Nard doubled over in spasms of laughter and Bard gave him an irritated glance. “What’s wrong with Frag?” he snapped. Nard gasped for air. “You obviously don’t remember what that means in orcish, Bard. Remember that time when Ulk Nahg…” He began to giggle helplessly again. Nard’s eyebrows arched. “Oops” he said guiltily. “Ummm…never mind that one then.” He tried desperately not to think of the particular implications of that word.
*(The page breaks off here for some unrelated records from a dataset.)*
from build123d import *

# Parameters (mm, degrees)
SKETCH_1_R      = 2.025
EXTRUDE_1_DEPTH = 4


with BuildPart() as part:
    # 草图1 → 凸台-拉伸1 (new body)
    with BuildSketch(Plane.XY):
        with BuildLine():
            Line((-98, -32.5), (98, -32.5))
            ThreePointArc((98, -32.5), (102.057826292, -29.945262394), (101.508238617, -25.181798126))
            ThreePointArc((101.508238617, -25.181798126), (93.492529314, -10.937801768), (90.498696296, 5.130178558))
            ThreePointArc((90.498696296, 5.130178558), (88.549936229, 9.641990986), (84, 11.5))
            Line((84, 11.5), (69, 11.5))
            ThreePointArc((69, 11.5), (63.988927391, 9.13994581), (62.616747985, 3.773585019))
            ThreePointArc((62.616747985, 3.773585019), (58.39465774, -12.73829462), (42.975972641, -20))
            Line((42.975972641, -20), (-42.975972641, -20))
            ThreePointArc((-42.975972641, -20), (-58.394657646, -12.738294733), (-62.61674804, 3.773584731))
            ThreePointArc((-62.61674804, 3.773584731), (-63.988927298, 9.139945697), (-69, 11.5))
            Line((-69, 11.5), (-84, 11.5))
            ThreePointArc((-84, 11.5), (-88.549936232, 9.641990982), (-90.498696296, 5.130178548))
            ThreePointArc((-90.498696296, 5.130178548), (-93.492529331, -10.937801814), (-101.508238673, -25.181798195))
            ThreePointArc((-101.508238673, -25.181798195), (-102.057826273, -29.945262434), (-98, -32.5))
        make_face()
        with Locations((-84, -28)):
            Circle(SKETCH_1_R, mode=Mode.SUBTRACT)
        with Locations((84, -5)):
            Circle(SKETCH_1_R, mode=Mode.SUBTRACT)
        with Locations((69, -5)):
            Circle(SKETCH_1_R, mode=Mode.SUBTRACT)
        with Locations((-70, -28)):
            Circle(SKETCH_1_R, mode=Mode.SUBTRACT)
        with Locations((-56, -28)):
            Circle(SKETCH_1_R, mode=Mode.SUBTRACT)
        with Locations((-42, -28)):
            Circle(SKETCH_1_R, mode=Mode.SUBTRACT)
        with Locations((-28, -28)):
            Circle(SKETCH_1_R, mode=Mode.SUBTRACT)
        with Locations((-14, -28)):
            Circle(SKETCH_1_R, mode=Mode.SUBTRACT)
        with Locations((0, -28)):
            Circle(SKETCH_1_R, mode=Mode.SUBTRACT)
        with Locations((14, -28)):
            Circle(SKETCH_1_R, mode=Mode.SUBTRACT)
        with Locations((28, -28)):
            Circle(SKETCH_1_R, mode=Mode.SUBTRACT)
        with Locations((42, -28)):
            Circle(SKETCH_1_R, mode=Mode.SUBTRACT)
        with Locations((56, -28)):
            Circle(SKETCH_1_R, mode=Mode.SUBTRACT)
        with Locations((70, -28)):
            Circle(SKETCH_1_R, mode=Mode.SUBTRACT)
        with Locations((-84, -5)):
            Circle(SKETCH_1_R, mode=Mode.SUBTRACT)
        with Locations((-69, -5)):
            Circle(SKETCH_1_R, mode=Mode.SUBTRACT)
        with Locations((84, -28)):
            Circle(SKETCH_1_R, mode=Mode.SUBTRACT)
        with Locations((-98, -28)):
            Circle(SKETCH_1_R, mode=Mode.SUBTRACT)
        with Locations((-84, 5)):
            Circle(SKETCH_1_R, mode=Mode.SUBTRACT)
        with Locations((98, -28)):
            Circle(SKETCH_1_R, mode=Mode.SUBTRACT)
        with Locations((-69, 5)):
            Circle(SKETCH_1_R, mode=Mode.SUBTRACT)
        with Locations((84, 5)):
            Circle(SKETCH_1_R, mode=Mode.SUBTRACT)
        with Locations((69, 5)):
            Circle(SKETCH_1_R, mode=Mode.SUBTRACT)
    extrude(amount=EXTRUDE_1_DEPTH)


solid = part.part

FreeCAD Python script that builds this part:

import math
import FreeCAD as App
import Part
import Sketcher
Q = App.Units.Quantity

doc = App.newDocument("Part")
body = doc.addObject("PartDesign::Body", "Body")

# Sketch on XY plane
sketch1 = body.newObject("Sketcher::SketchObject", "Sketch")
sketch1.AttachmentSupport = (doc.getObject("XY_Plane"), [""])
sketch1.MapMode = "FlatFace"
sketch1.addGeometry(Part.LineSegment(App.Vector(-98, -32.5, 0), App.Vector(98, -32.5, 0)), False)
sketch1.addGeometry(Part.ArcOfCircle(Part.Circle(App.Vector(98, -28, 0), App.Vector(0, 0, 1), 4.5), math.radians(-90), math.radians(39)), False)
sketch1.addGeometry(Part.ArcOfCircle(Part.Circle(App.Vector(140.5, 6.1, 0), App.Vector(0, 0, 1), 50), math.radians(-179), math.radians(-141)), False)
sketch1.addGeometry(Part.ArcOfCircle(Part.Circle(App.Vector(84, 5, 0), App.Vector(0, 0, 1), 6.5), math.radians(1), math.radians(90)), False)
sketch1.addGeometry(Part.LineSegment(App.Vector(84, 11.5, 0), App.Vector(69, 11.5, 0)), False)
sketch1.addGeometry(Part.ArcOfCircle(Part.Circle(App.Vector(69, 5, 0), App.Vector(0, 0, 1), 6.5), math.radians(90), math.radians(191)), False)
sketch1.addGeometry(Part.ArcOfCircle(Part.Circle(App.Vector(43, 0, 0), App.Vector(0, 0, 1), 20), math.radians(-90), math.radians(11)), False)
sketch1.addGeometry(Part.LineSegment(App.Vector(43, -20, 0), App.Vector(-43, -20, 0)), False)
sketch1.addGeometry(Part.ArcOfCircle(Part.Circle(App.Vector(-43, 0, 0), App.Vector(0, 0, 1), 20), math.radians(169), math.radians(270)), False)
sketch1.addGeometry(Part.ArcOfCircle(Part.Circle(App.Vector(-69, 5, 0), App.Vector(0, 0, 1), 6.5), math.radians(-11), math.radians(90)), False)
sketch1.addGeometry(Part.LineSegment(App.Vector(-69, 11.5, 0), App.Vector(-84, 11.5, 0)), False)
sketch1.addGeometry(Part.ArcOfCircle(Part.Circle(App.Vector(-84, 5, 0), App.Vector(0, 0, 1), 6.5), math.radians(90), math.radians(179)), False)
sketch1.addGeometry(Part.ArcOfCircle(Part.Circle(App.Vector(-140.5, 6.1, 0), App.Vector(0, 0, 1), 50), math.radians(-39), math.radians(-1)), False)
sketch1.addGeometry(Part.ArcOfCircle(Part.Circle(App.Vector(-98, -28, 0), App.Vector(0, 0, 1), 4.5), math.radians(141), math.radians(270)), False)
sketch1.addGeometry(Part.Circle(App.Vector(-98, -28, 0), App.Vector(0, 0, 1), 2), False)
sketch1.addGeometry(Part.Circle(App.Vector(-84, -28, 0), App.Vector(0, 0, 1), 2), False)
sketch1.addGeometry(Part.Circle(App.Vector(-70, -28, 0), App.Vector(0, 0, 1), 2), False)
sketch1.addGeometry(Part.Circle(App.Vector(-56, -28, 0), App.Vector(0, 0, 1), 2), False)
sketch1.addGeometry(Part.Circle(App.Vector(-42, -28, 0), App.Vector(0, 0, 1), 2), False)
sketch1.addGeometry(Part.Circle(App.Vector(-28, -28, 0), App.Vector(0, 0, 1), 2), False)
sketch1.addGeometry(Part.Circle(App.Vector(-14, -28, 0), App.Vector(0, 0, 1), 2), False)
sketch1.addGeometry(Part.Circle(App.Vector(0, -28, 0), App.Vector(0, 0, 1), 2), False)
sketch1.addGeometry(Part.Circle(App.Vector(14, -28, 0), App.Vector(0, 0, 1), 2), False)
sketch1.addGeometry(Part.Circle(App.Vector(28, -28, 0), App.Vector(0, 0, 1), 2), False)
sketch1.addGeometry(Part.Circle(App.Vector(42, -28, 0), App.Vector(0, 0, 1), 2), False)
sketch1.addGeometry(Part.Circle(App.Vector(56, -28, 0), App.Vector(0, 0, 1), 2), False)
sketch1.addGeometry(Part.Circle(App.Vector(70, -28, 0), App.Vector(0, 0, 1), 2), False)
sketch1.addGeometry(Part.Circle(App.Vector(84, -28, 0), App.Vector(0, 0, 1), 2), False)
sketch1.addGeometry(Part.Circle(App.Vector(98, -28, 0), App.Vector(0, 0, 1), 2), False)
sketch1.addGeometry(Part.Circle(App.Vector(-84, -5, 0), App.Vector(0, 0, 1), 2), False)
sketch1.addGeometry(Part.Circle(App.Vector(-69, -5, 0), App.Vector(0, 0, 1), 2), False)
sketch1.addGeometry(Part.Circle(App.Vector(-84, 5, 0), App.Vector(0, 0, 1), 2), False)
sketch1.addGeometry(Part.Circle(App.Vector(-69, 5, 0), App.Vector(0, 0, 1), 2), False)
sketch1.addGeometry(Part.Circle(App.Vector(69, -5, 0), App.Vector(0, 0, 1), 2), False)
sketch1.addGeometry(Part.Circle(App.Vector(84, -5, 0), App.Vector(0, 0, 1), 2), False)
sketch1.addGeometry(Part.Circle(App.Vector(69, 5, 0), App.Vector(0, 0, 1), 2), False)
sketch1.addGeometry(Part.Circle(App.Vector(84, 5, 0), App.Vector(0, 0, 1), 2), False)
sketch1.addConstraint(Sketcher.Constraint("Tangent", 0, 2, 1, 1))
sketch1.addConstraint(Sketcher.Constraint("Tangent", 1, 2, 2, 2))
sketch1.addConstraint(Sketcher.Constraint("Tangent", 2, 1, 3, 1))
sketch1.addConstraint(Sketcher.Constraint("Tangent", 3, 2, 4, 1))
sketch1.addConstraint(Sketcher.Constraint("Tangent", 4, 2, 5, 1))
sketch1.addConstraint(Sketcher.Constraint("Tangent", 5, 2, 6, 2))
sketch1.addConstraint(Sketcher.Constraint("Tangent", 6, 1, 7, 1))
sketch1.addConstraint(Sketcher.Constraint("Tangent", 7, 2, 8, 2))
sketch1.addConstraint(Sketcher.Constraint("Tangent", 8, 1, 9, 1))
sketch1.addConstraint(Sketcher.Constraint("Tangent", 9, 2, 10, 1))
sketch1.addConstraint(Sketcher.Constraint("Tangent", 10, 2, 11, 1))
sketch1.addConstraint(Sketcher.Constraint("Tangent", 11, 2, 12, 2))
sketch1.addConstraint(Sketcher.Constraint("Tangent", 12, 1, 13, 1))
sketch1.addConstraint(Sketcher.Constraint("Tangent", 13, 2, 0, 1))
sketch1.addConstraint(Sketcher.Constraint("Horizontal", 0))
sketch1.addConstraint(Sketcher.Constraint("Horizontal", 4))
sketch1.addConstraint(Sketcher.Constraint("Horizontal", 7))
sketch1.addConstraint(Sketcher.Constraint("Horizontal", 10))
sketch1.addConstraint(Sketcher.Constraint("Coincident", 14, 3, 13, 3))
sketch1.addConstraint(Sketcher.Constraint("Coincident", 28, 3, 1, 3))
sketch1.addConstraint(Sketcher.Constraint("Coincident", 31, 3, 11, 3))
sketch1.addConstraint(Sketcher.Constraint("Coincident", 32, 3, 9, 3))
sketch1.addConstraint(Sketcher.Constraint("Coincident", 35, 3, 5, 3))
sketch1.addConstraint(Sketcher.Constraint("Coincident", 36, 3, 3, 3))
sketch1.addConstraint(Sketcher.Constraint("Equal", 3, 5))
sketch1.addConstraint(Sketcher.Constraint("Equal", 6, 8))
sketch1.addConstraint(Sketcher.Constraint("Equal", 5, 9))
sketch1.addConstraint(Sketcher.Constraint("Equal", 9, 11))
sketch1.addConstraint(Sketcher.Constraint("Equal", 2, 12))
sketch1.addConstraint(Sketcher.Constraint("Equal", 1, 13))
sketch1.addConstraint(Sketcher.Constraint("Equal", 14, 15))
sketch1.addConstraint(Sketcher.Constraint("Equal", 15, 16))
sketch1.addConstraint(Sketcher.Constraint("Equal", 16, 17))
sketch1.addConstraint(Sketcher.Constraint("Equal", 17, 18))
sketch1.addConstraint(Sketcher.Constraint("Equal", 18, 19))
sketch1.addConstraint(Sketcher.Constraint("Equal", 19, 20))
sketch1.addConstraint(Sketcher.Constraint("Equal", 20, 21))
sketch1.addConstraint(Sketcher.Constraint("Equal", 21, 22))
sketch1.addConstraint(Sketcher.Constraint("Equal", 22, 23))
sketch1.addConstraint(Sketcher.Constraint("Equal", 23, 24))
sketch1.addConstraint(Sketcher.Constraint("Equal", 24, 25))
sketch1.addConstraint(Sketcher.Constraint("Equal", 25, 26))
sketch1.addConstraint(Sketcher.Constraint("Equal", 26, 27))
sketch1.addConstraint(Sketcher.Constraint("Equal", 27, 28))
sketch1.addConstraint(Sketcher.Constraint("Equal", 28, 29))
sketch1.addConstraint(Sketcher.Constraint("Equal", 29, 30))
sketch1.addConstraint(Sketcher.Constraint("Equal", 30, 31))
sketch1.addConstraint(Sketcher.Constraint("Equal", 31, 32))
sketch1.addConstraint(Sketcher.Constraint("Equal", 32, 33))
sketch1.addConstraint(Sketcher.Constraint("Equal", 33, 34))
sketch1.addConstraint(Sketcher.Constraint("Equal", 34, 35))
sketch1.addConstraint(Sketcher.Constraint("Equal", 35, 36))
sketch1.addConstraint(Sketcher.Constraint("Symmetric", 6, 3, 8, 3, -1, 1))
sketch1.addConstraint(Sketcher.Constraint("Symmetric", 3, 3, 29, 3, -1, 1))
sketch1.addConstraint(Sketcher.Constraint("Symmetric", 5, 3, 30, 3, -1, 1))
sketch1.addConstraint(Sketcher.Constraint("Symmetric", 9, 3, 33, 3, -1, 1))
sketch1.addConstraint(Sketcher.Constraint("Symmetric", 11, 3, 34, 3, -1, 1))
sketch1.addConstraint(Sketcher.Constraint("Symmetric", 3, 3, 11, 3, -2))
sketch1.addConstraint(Sketcher.Constraint("Symmetric", 20, 3, 22, 3, -2))
sketch1.addConstraint(Sketcher.Constraint("Symmetric", 19, 3, 23, 3, -2))
sketch1.addConstraint(Sketcher.Constraint("Symmetric", 18, 3, 24, 3, -2))
sketch1.addConstraint(Sketcher.Constraint("Symmetric", 17, 3, 25, 3, -2))
sketch1.addConstraint(Sketcher.Constraint("Symmetric", 16, 3, 26, 3, -2))
sketch1.addConstraint(Sketcher.Constraint("Symmetric", 15, 3, 27, 3, -2))
sketch1.addConstraint(Sketcher.Constraint("PointOnObject", 21, 3, -2))
sketch1.addConstraint(Sketcher.Constraint("Horizontal", 2, 3, 12, 3))
sketch1.addConstraint(Sketcher.Constraint("Horizontal", 14, 3, 15, 3))
sketch1.addConstraint(Sketcher.Constraint("Horizontal", 15, 3, 16, 3))
sketch1.addConstraint(Sketcher.Constraint("Horizontal", 16, 3, 17, 3))
sketch1.addConstraint(Sketcher.Constraint("Horizontal", 17, 3, 18, 3))
sketch1.addConstraint(Sketcher.Constraint("Horizontal", 18, 3, 19, 3))
sketch1.addConstraint(Sketcher.Constraint("Horizontal", 19, 3, 20, 3))
sketch1.addConstraint(Sketcher.Constraint("Horizontal", 20, 3, 21, 3))
sketch1.addConstraint(Sketcher.Constraint("Vertical", 11, 3, 15, 3))
sketch1.addConstraint(Sketcher.Constraint("Radius", 2, Q("50 mm")))
sketch1.addConstraint(Sketcher.Constraint("Radius", 6, Q("20 mm")))
sketch1.addConstraint(Sketcher.Constraint("Radius", 1, Q("4.5 mm")))
sketch1.addConstraint(Sketcher.Constraint("Radius", 3, Q("6.5 mm")))
sketch1.addConstraint(Sketcher.Constraint("Diameter", 14, Q("4.05 mm")))
sketch1.addConstraint(Sketcher.Constraint("DistanceX", 0, 1, 0, 2, Q("196 mm")))
sketch1.addConstraint(Sketcher.Constraint("DistanceX", 4, 2, 4, 1, Q("15 mm")))
sketch1.addConstraint(Sketcher.Constraint("DistanceY", 1, 3, -1, 1, Q("28 mm")))
sketch1.addConstraint(Sketcher.Constraint("DistanceX", -1, 1, 3, 3, Q("84 mm")))
sketch1.addConstraint(Sketcher.Constraint("DistanceY", -1, 1, 3, 3, Q("5 mm")))
sketch1.addConstraint(Sketcher.Constraint("DistanceX", 16, 3, -1, 1, Q("70 mm")))
sketch1.addConstraint(Sketcher.Constraint("DistanceX", 17, 3, -1, 1, Q("56 mm")))
sketch1.addConstraint(Sketcher.Constraint("DistanceX", 18, 3, -1, 1, Q("42 mm")))
sketch1.addConstraint(Sketcher.Constraint("DistanceX", 19, 3, -1, 1, Q("28 mm")))
sketch1.addConstraint(Sketcher.Constraint("DistanceX", 20, 3, -1, 1, Q("14 mm")))
pad1 = body.newObject("PartDesign::Pad", "Pad")
pad1.Profile = sketch1
pad1.Length = 4

doc.recompute()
“Well, we don’t seem to have anything available just now. Perhaps if you come back next week, we’ll have something for you.” The Nameless One hissed its disappointment and turned to leave. With a heavy sigh, it glided mournfully to the door and pulled it open. “GAAAH!” it screamed, because the early dawn light was scorching its eyes. Acting quickly, Nard and Bard pulled it back into the shop by the hem of its ragged robes and slammed the heavy door shut. “Shoulda known it was morning by now,” Bard apologized, and shot an irritated glance at Nard who was busy sweeping up the left over sun beams. “What??” demanded Nard when he noticed his brother’s annoyance. “Last time you left these lying around, a vampire tried to sue us for attempted murder!”
Bard muttered something obscene under his breath.